Artificial intelligence and its impact on fraud

Artificial intelligence (AI) has become a global game-changer, offering innovative solutions and efficiencies that were once unimaginable. While AI provides tremendous benefits to financial institutions—streamlining operations, enhancing customer experiences, and bolstering security—it also presents new opportunities for criminals. According to Deloitte, AI-enabled fraud losses in the U.S. are projected to soar to $40 billion by 2027, a significant jump from $12.3 billion in 2023. This sharp increase signals an urgent need for financial institutions to strengthen their fraud detection measures and stay ahead of these sophisticated threats. This blog explores some of the more common AI methods fraudsters use to prey on their victims.

New developments

Understanding AI-driven fraud trends

Extortion and spokesperson deepfakes

Deepfake fraud, which involves creating highly realistic but fake videos and audio, is one of the most alarming developments in AI-driven fraud. According to the FBI, deepfake images are used for extortion: creating sexually explicit photos, demanding ransom, and threatening to expose the fake images. This type of extortion often targets young adults.

Criminals increasingly use deepfakes to impersonate well-known figures, making scams more convincing and widespread. For example, a deepfake video of Elon Musk was widely circulated online, promoting a cryptocurrency scam. The video used footage from a real TED Talk featuring Musk, misleading viewers into believing it was a legitimate endorsement and leading to financial losses for some investors.

In another recent example, a retiree thought he had found an opportunity to secure a better future for his family when he stumbled upon a video of Elon Musk endorsing a promising investment. Convinced by the deepfake pitch, the man opened an account with an initial deposit of $248. Over the following weeks, he invested everything he had—more than $690,000—draining his entire retirement savings in the process. What began as a hopeful investment quickly turned into a devastating financial loss, illustrating the efficiency of today’s AI-powered fraud.

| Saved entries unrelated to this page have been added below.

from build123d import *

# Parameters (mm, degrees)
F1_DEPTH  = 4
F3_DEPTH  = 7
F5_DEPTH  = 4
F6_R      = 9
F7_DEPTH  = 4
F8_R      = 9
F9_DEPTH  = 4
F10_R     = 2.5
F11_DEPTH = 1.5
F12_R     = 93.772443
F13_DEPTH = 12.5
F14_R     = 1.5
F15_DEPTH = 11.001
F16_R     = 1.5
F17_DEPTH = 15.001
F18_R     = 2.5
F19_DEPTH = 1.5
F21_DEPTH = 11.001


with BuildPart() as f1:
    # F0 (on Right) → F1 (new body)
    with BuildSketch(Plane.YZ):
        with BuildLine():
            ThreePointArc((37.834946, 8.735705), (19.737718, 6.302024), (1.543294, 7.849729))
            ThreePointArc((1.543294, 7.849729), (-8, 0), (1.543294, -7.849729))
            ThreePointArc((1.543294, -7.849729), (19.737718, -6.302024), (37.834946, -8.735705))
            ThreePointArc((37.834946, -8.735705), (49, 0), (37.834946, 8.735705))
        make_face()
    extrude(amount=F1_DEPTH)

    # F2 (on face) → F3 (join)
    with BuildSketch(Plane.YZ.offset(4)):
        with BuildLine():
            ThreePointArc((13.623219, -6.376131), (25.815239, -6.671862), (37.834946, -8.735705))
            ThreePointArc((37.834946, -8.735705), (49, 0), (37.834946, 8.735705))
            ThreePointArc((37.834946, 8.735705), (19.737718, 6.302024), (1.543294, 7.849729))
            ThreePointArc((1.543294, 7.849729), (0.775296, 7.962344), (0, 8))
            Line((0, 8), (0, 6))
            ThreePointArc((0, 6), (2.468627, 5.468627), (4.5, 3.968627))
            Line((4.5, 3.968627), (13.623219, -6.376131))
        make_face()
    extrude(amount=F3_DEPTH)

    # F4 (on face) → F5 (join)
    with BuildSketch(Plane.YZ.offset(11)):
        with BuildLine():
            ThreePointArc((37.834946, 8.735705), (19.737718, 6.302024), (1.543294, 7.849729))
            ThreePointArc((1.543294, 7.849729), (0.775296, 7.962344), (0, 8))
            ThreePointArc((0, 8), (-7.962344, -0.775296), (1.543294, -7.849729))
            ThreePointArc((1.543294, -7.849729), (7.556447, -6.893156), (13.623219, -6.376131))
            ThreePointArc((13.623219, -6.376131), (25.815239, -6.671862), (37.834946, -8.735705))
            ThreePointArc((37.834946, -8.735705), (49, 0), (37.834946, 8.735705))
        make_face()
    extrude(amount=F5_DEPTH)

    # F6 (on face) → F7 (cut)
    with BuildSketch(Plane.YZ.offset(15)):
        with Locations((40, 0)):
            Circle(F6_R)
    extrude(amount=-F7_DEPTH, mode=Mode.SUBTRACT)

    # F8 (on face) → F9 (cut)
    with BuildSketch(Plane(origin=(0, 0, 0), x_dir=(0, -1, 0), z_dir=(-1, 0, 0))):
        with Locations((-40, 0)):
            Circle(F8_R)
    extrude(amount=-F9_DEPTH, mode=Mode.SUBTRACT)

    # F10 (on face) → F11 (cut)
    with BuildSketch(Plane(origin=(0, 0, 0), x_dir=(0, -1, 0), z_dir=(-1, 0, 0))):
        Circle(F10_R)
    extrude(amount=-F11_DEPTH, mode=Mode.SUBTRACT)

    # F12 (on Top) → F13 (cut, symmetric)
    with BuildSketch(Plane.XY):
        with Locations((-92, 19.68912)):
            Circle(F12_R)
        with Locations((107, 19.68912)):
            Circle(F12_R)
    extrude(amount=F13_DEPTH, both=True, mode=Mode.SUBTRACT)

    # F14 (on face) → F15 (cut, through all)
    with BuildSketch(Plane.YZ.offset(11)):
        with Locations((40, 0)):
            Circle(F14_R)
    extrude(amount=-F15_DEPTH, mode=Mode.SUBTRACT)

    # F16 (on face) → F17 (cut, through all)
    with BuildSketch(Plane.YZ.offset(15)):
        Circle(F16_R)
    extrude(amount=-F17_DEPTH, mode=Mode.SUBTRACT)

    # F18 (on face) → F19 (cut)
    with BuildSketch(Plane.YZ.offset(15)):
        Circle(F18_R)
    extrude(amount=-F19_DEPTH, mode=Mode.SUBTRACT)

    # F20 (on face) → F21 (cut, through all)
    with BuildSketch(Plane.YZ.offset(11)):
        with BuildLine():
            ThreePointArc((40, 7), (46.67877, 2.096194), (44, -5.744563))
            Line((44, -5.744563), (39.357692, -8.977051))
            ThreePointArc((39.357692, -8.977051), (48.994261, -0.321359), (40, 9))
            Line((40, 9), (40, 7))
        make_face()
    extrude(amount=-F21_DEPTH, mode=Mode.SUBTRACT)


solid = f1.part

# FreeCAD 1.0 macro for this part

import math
import FreeCAD as App
import Part
import Sketcher

doc = App.newDocument("Part")
body = doc.addObject("PartDesign::Body", "Body")

sketch1 = body.newObject("Sketcher::SketchObject", "Sketch")
sketch1.AttachmentSupport = (doc.getObject("YZ_Plane"), [""])
sketch1.MapMode = "FlatFace"
sketch1.addGeometry([
    Part.ArcOfCircle(Part.Circle(App.Vector(18, 90, 0), App.Vector(0, 0, 1), 84), math.radians(-101), math.radians(-76)),
    Part.ArcOfCircle(Part.Circle(App.Vector(0, 0, 0), App.Vector(0, 0, 1), 8), math.radians(79), math.radians(281)),
    Part.ArcOfCircle(Part.Circle(App.Vector(18, -90, 0), App.Vector(0, 0, 1), 84), math.radians(76), math.radians(101)),
    Part.ArcOfCircle(Part.Circle(App.Vector(40, 0, 0), App.Vector(0, 0, 1), 9), math.radians(-104), math.radians(104)),
], False)
sketch1.addConstraint([
    Sketcher.Constraint("Tangent", 0, 1, 1, 1),
    Sketcher.Constraint("Tangent", 1, 2, 2, 2),
    Sketcher.Constraint("Tangent", 2, 1, 3, 1),
    Sketcher.Constraint("Tangent", 3, 2, 0, 2),
    Sketcher.Constraint("Coincident", 1, 3, -1, 1),
    Sketcher.Constraint("Equal", 0, 2),
    Sketcher.Constraint("PointOnObject", 3, 3, -1),
    Sketcher.Constraint("Radius", 1, 8.0),
    Sketcher.Constraint("Radius", 3, 9.0),
    Sketcher.Constraint("DistanceX", -1, 1, 3, 3, 40.0),
    Sketcher.Constraint("Radius", 0, 83.722891),
])
pad1 = body.newObject("PartDesign::Pad", "Pad")
pad1.Profile = sketch1
pad1.Length = 4

sketch2 = body.newObject("Sketcher::SketchObject", "Sketch001")
sketch2.AttachmentSupport = (doc.getObject("YZ_Plane"), [""])
sketch2.MapMode = "FlatFace"
sketch2.AttachmentOffset = App.Placement(App.Vector(0, 0, 4), App.Rotation())
sketch2.addGeometry([
    Part.ArcOfCircle(Part.Circle(App.Vector(17.7, -90, 0), App.Vector(0, 0, 1), 83.7), math.radians(76.08), math.radians(92.79)),
    Part.ArcOfCircle(Part.Circle(App.Vector(40, 0, 0), App.Vector(0, 0, 1), 9), math.radians(-104), math.radians(104)),
    Part.ArcOfCircle(Part.Circle(App.Vector(17.7, 90, 0), App.Vector(0, 0, 1), 83.7), math.radians(-101), math.radians(-76)),
    Part.ArcOfCircle(Part.Circle(App.Vector(0, 0, 0), App.Vector(0, 0, 1), 8), math.radians(78.88), math.radians(90)),
    Part.LineSegment(App.Vector(0, 8, 0), App.Vector(0, 6, 0)),
    Part.ArcOfCircle(Part.Circle(App.Vector(0, 0, 0), App.Vector(0, 0, 1), 6), math.radians(41), math.radians(90)),
    Part.LineSegment(App.Vector(4.5, 4, 0), App.Vector(13.6, -6.4, 0)),
], False)
sketch2.addConstraint([
    Sketcher.Constraint("Tangent", 0, 1, 1, 1),
    Sketcher.Constraint("Tangent", 1, 2, 2, 2),
    Sketcher.Constraint("Tangent", 2, 1, 3, 1),
    Sketcher.Constraint("Coincident", 3, 2, 4, 1),
    Sketcher.Constraint("Coincident", 4, 2, 5, 2),
    Sketcher.Constraint("Tangent", 5, 1, 6, 1),
    Sketcher.Constraint("Coincident", 6, 2, 0, 2),
    Sketcher.Constraint("Vertical", 4),
    Sketcher.Constraint("Coincident", 5, 3, -1, 1),
    Sketcher.Constraint("PointOnObject", 1, 3, -1),
    Sketcher.Constraint("PointOnObject", 3, 2, -2),
    Sketcher.Constraint("Radius", 1, 9.0),
    Sketcher.Constraint("Radius", 5, 6.0),
    Sketcher.Constraint("DistanceY", 4, 2, 4, 1, 2.0),
    Sketcher.Constraint("DistanceX", -1, 1, 1, 3, 40.0),
    Sketcher.Constraint("DistanceX", -1, 1, 5, 1, 4.5),
    Sketcher.Constraint("Radius", 2, 83.722891),
    Sketcher.Constraint("Radius", 0, 83.722915),
    Sketcher.Constraint("Radius", 3, 7.999934),
    Sketcher.Constraint("Distance", 6, 13.793011),
    Sketcher.Constraint("DistanceY", 0, 3, 2, 3, 179.99998),
])
pad2 = body.newObject("PartDesign::Pad", "Pad001")
pad2.Profile = sketch2
pad2.Length = 7

sketch3 = body.newObject("Sketcher::SketchObject", "Sketch002")
sketch3.AttachmentSupport = (doc.getObject("YZ_Plane"), [""])
sketch3.MapMode = "FlatFace"
sketch3.AttachmentOffset = App.Placement(App.Vector(0, 0, 11), App.Rotation())
sketch3.addGeometry([
    Part.ArcOfCircle(Part.Circle(App.Vector(17.7, 90, 0), App.Vector(0, 0, 1), 83.7), math.radians(-101), math.radians(-76)),
    Part.ArcOfCircle(Part.Circle(App.Vector(0, 0, 0), App.Vector(0, 0, 1), 8), math.radians(78.88), math.radians(90)),
    Part.ArcOfCircle(Part.Circle(App.Vector(0, 0, 0), App.Vector(0, 0, 1), 8), math.radians(90), math.radians(281)),
    Part.ArcOfCircle(Part.Circle(App.Vector(17.7, -90, 0), App.Vector(0, 0, 1), 83.7), math.radians(92.79), math.radians(101.12)),
    Part.ArcOfCircle(Part.Circle(App.Vector(17.7, -90, 0), App.Vector(0, 0, 1), 83.7), math.radians(76.08), math.radians(92.79)),
    Part.ArcOfCircle(Part.Circle(App.Vector(40, 0, 0), App.Vector(0, 0, 1), 9), math.radians(-104), math.radians(104)),
], False)
sketch3.addConstraint([
    Sketcher.Constraint("Tangent", 0, 1, 1, 1),
    Sketcher.Constraint("Tangent", 1, 2, 2, 1),
    Sketcher.Constraint("Tangent", 2, 2, 3, 2),
    Sketcher.Constraint("Tangent", 3, 1, 4, 2),
    Sketcher.Constraint("Tangent", 4, 1, 5, 1),
    Sketcher.Constraint("Tangent", 5, 2, 0, 2),
    Sketcher.Constraint("Coincident", 2, 3, -1, 1),
    Sketcher.Constraint("PointOnObject", 5, 3, -1),
    Sketcher.Constraint("PointOnObject", 1, 2, -2),
    Sketcher.Constraint("Radius", 2, 8.0),
    Sketcher.Constraint("Radius", 5, 9.0),
    Sketcher.Constraint("DistanceX", -1, 1, 5, 3, 40.0),
    Sketcher.Constraint("Radius", 0, 83.722891),
    Sketcher.Constraint("Radius", 3, 83.722921),
    Sketcher.Constraint("Radius", 1, 7.999934),
    Sketcher.Constraint("Radius", 4, 83.722915),
    Sketcher.Constraint("DistanceX", -1, 1, 3, 1, 13.623219),
])
pad3 = body.newObject("PartDesign::Pad", "Pad002")
pad3.Profile = sketch3
pad3.Length = 4
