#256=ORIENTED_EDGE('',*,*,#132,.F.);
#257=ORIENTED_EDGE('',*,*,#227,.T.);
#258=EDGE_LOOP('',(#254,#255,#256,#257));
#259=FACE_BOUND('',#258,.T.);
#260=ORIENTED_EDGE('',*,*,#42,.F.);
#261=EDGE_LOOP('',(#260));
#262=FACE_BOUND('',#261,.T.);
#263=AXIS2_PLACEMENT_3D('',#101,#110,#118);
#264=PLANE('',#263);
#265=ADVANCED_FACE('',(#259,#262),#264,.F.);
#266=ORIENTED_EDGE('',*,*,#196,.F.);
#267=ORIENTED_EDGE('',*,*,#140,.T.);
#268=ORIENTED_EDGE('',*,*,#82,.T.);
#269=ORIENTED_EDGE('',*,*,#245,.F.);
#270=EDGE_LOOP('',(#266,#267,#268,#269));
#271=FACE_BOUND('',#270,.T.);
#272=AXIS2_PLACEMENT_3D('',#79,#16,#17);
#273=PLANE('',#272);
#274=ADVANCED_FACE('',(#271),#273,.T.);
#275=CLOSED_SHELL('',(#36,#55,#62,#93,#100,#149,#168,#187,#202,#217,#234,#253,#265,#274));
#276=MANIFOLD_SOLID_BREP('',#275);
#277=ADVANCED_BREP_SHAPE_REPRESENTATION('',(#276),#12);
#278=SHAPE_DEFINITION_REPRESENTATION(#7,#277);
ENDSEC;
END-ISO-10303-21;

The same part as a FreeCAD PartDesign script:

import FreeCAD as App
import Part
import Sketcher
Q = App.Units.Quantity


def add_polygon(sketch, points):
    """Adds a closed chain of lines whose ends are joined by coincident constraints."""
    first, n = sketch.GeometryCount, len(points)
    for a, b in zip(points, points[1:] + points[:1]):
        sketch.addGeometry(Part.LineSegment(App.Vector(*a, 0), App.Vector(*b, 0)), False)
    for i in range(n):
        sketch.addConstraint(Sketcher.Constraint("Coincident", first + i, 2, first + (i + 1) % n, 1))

High-profile incidents like these highlight the power of deepfakes, but the threat isn't limited to celebrities. Recently, a business email compromise scam lured a Hong Kong finance officer into transferring $25 million to criminals who had used deepfake technology to impersonate his company's Chief Financial Officer during a video call. The scam was so convincing that it bypassed multiple security checks, demonstrating the serious risks deepfake fraud poses to financial institutions.

Voice cloning with AI

Voice cloning is another AI ability that can be used to make traditional scams more effective. An Arizona mother answered a call from an unfamiliar number, only to hear what she believed was her 15-year-old daughter in distress, supposedly being held by kidnappers demanding $50,000. The voice sounded exactly like her daughter’s, but AI had generated it. Fortunately, the mother’s concerned friends quickly contacted 911 and her husband, leading to the discovery that her daughter was safe.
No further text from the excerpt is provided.